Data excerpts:

■ ■ ■

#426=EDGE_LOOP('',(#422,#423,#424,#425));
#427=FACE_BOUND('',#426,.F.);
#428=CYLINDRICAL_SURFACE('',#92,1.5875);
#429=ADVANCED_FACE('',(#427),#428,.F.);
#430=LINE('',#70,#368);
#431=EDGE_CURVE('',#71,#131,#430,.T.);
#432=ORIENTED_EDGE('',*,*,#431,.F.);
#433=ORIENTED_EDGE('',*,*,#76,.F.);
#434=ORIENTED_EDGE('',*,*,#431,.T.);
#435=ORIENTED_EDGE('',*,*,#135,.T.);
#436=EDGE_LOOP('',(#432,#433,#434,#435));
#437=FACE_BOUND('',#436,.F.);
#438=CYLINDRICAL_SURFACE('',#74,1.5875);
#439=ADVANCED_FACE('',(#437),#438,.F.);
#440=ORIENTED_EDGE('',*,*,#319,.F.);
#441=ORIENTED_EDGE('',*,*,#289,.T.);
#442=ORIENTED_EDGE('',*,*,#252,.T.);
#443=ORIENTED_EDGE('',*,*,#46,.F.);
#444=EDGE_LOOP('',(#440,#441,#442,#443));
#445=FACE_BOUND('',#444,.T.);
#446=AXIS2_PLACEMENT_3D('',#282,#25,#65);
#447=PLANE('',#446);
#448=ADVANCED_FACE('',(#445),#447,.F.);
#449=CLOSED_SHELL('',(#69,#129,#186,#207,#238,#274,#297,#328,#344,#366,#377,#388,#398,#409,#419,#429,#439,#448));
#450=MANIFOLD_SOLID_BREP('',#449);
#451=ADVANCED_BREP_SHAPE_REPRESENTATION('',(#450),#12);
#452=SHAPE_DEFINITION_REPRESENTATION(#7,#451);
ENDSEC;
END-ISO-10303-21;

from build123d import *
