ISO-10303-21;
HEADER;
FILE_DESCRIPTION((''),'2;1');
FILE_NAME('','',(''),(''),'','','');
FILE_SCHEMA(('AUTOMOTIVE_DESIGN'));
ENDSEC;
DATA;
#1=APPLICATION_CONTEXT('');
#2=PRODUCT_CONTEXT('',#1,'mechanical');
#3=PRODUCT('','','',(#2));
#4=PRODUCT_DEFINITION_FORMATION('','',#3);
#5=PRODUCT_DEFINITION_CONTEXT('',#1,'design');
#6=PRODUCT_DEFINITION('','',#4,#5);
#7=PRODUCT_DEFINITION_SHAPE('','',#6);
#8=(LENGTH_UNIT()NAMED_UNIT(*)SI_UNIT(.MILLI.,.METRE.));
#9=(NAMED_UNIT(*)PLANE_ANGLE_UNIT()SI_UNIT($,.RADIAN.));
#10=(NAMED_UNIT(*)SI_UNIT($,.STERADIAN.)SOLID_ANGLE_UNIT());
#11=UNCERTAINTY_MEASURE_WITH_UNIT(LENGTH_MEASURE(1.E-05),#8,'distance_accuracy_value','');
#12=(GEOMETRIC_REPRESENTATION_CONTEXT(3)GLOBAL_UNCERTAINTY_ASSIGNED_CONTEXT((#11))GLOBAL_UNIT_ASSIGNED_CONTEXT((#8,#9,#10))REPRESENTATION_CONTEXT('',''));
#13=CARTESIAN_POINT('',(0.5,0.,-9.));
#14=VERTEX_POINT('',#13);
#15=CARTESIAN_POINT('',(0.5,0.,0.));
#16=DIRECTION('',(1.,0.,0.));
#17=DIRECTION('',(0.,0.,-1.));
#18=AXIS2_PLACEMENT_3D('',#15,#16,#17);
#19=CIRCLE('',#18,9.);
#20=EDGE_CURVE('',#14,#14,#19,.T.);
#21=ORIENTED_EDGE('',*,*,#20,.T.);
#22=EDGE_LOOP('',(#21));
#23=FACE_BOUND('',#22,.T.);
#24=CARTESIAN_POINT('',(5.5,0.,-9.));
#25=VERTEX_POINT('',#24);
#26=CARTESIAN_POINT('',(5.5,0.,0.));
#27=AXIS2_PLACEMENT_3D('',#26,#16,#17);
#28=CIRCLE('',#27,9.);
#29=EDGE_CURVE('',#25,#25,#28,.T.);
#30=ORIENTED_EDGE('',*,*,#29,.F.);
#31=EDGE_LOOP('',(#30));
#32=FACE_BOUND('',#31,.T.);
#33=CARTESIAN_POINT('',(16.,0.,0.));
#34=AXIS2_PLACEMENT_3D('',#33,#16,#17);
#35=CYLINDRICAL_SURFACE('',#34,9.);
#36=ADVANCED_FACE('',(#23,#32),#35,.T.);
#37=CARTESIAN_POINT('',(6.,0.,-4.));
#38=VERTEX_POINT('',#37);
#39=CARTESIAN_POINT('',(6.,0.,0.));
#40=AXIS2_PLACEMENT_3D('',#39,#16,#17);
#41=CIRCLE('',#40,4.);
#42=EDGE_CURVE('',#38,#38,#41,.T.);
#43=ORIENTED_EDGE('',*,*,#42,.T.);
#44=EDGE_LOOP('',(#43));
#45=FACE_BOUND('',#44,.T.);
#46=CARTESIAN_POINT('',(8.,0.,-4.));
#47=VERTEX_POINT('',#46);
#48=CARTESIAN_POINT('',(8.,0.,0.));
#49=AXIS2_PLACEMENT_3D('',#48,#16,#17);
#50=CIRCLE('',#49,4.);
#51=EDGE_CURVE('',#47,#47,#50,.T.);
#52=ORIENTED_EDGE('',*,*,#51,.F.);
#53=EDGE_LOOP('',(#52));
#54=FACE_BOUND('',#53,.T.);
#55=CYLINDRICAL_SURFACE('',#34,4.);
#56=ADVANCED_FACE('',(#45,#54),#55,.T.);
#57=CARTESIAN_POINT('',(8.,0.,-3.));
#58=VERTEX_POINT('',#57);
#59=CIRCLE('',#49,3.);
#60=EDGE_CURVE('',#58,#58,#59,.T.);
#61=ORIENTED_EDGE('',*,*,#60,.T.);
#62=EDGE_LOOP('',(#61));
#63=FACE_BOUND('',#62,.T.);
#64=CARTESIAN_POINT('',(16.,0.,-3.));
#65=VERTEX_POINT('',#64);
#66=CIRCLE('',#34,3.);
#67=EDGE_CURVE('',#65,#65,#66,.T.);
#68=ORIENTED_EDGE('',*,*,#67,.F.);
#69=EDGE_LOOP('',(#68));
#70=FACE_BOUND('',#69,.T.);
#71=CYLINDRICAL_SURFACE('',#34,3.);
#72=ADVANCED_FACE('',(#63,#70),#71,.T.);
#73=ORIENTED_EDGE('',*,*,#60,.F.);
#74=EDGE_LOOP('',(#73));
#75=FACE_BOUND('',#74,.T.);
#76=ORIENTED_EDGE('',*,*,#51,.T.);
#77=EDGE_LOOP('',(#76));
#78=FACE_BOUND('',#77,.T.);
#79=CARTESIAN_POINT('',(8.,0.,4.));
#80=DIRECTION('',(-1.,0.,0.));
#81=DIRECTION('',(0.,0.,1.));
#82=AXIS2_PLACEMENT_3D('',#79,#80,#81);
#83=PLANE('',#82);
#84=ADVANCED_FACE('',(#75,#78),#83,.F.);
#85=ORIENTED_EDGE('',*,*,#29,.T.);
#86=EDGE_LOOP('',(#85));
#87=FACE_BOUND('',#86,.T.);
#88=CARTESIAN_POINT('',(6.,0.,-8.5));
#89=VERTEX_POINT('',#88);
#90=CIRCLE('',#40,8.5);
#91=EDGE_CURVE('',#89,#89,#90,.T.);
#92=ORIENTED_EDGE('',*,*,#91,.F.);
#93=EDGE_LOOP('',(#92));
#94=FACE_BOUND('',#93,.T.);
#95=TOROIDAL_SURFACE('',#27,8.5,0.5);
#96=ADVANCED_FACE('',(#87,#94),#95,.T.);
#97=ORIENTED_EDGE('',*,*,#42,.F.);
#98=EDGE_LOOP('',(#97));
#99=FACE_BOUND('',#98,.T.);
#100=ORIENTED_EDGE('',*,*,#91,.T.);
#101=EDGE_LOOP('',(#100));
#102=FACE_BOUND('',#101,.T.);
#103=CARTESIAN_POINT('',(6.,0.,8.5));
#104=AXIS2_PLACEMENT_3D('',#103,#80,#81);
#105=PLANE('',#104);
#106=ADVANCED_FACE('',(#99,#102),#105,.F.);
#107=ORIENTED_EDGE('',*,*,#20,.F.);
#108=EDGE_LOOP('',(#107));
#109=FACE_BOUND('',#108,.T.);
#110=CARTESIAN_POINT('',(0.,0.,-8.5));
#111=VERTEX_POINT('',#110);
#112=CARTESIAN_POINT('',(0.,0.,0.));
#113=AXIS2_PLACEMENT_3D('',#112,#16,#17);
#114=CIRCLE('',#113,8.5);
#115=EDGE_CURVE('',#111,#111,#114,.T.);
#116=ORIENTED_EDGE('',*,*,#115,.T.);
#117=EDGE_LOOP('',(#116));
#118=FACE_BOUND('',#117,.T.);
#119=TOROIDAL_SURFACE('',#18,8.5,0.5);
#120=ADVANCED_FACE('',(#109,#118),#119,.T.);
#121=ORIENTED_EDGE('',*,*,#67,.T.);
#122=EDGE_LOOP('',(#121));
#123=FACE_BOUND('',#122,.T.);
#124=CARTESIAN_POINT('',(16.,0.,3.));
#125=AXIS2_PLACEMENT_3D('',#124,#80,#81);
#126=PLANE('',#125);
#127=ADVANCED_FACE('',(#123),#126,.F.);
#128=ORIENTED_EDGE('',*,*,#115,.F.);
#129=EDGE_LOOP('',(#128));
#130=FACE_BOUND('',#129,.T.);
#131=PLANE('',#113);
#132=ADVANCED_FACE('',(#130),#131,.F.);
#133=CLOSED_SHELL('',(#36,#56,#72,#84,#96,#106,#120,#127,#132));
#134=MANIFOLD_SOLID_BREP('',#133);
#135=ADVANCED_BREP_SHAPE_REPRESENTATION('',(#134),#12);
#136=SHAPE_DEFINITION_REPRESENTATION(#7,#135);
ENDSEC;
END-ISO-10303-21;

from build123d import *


with BuildPart() as part:
    # 草图1 → 旋转1 (revolve)
    with BuildSketch(Plane(origin=(0, 0, 0), x_dir=(1, 0, 0), z_dir=(0, 1, 0))):
        with BuildLine():
            Line((0, 0), (0, -8.5))
            ThreePointArc((0, -8.5), (0.146446609, -8.853553391), (0.5, -9))
            Line((0.5, -9), (5.5, -9))
            ThreePointArc((5.5, -9), (5.853553391, -8.853553391), (6, -8.5))
            Line((6, -8.5), (6, -4))
            Line((6, -4), (8, -4))
            Line((8, -4), (8, -3))
            Line((8, -3), (16, -3))
            Line((16, -3), (16, 0))
            Line((16, 0), (0, 0))
        make_face()
    revolve(axis=Axis((16, 0, 0), (-1, 0, 0)))


solid = part.part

■ ■ ■

What is required: What you return must be the lines above that run from the line with "#1=APPLICATION_CONTEXT('');" to the line with "#9=(NAMED_UNIT(*)PLANE_ANGLE_UNIT()SI_UNIT($,.RADIAN.));", inclusive, each copied exactly.

Output for this exercise:
#1=APPLICATION_CONTEXT('');
#2=PRODUCT_CONTEXT('',#1,'mechanical');
#3=PRODUCT('','','',(#2));
#4=PRODUCT_DEFINITION_FORMATION('','',#3);
#5=PRODUCT_DEFINITION_CONTEXT('',#1,'design');
#6=PRODUCT_DEFINITION('','',#4,#5);
#7=PRODUCT_DEFINITION_SHAPE('','',#6);
#8=(LENGTH_UNIT()NAMED_UNIT(*)SI_UNIT(.MILLI.,.METRE.));
#9=(NAMED_UNIT(*)PLANE_ANGLE_UNIT()SI_UNIT($,.RADIAN.));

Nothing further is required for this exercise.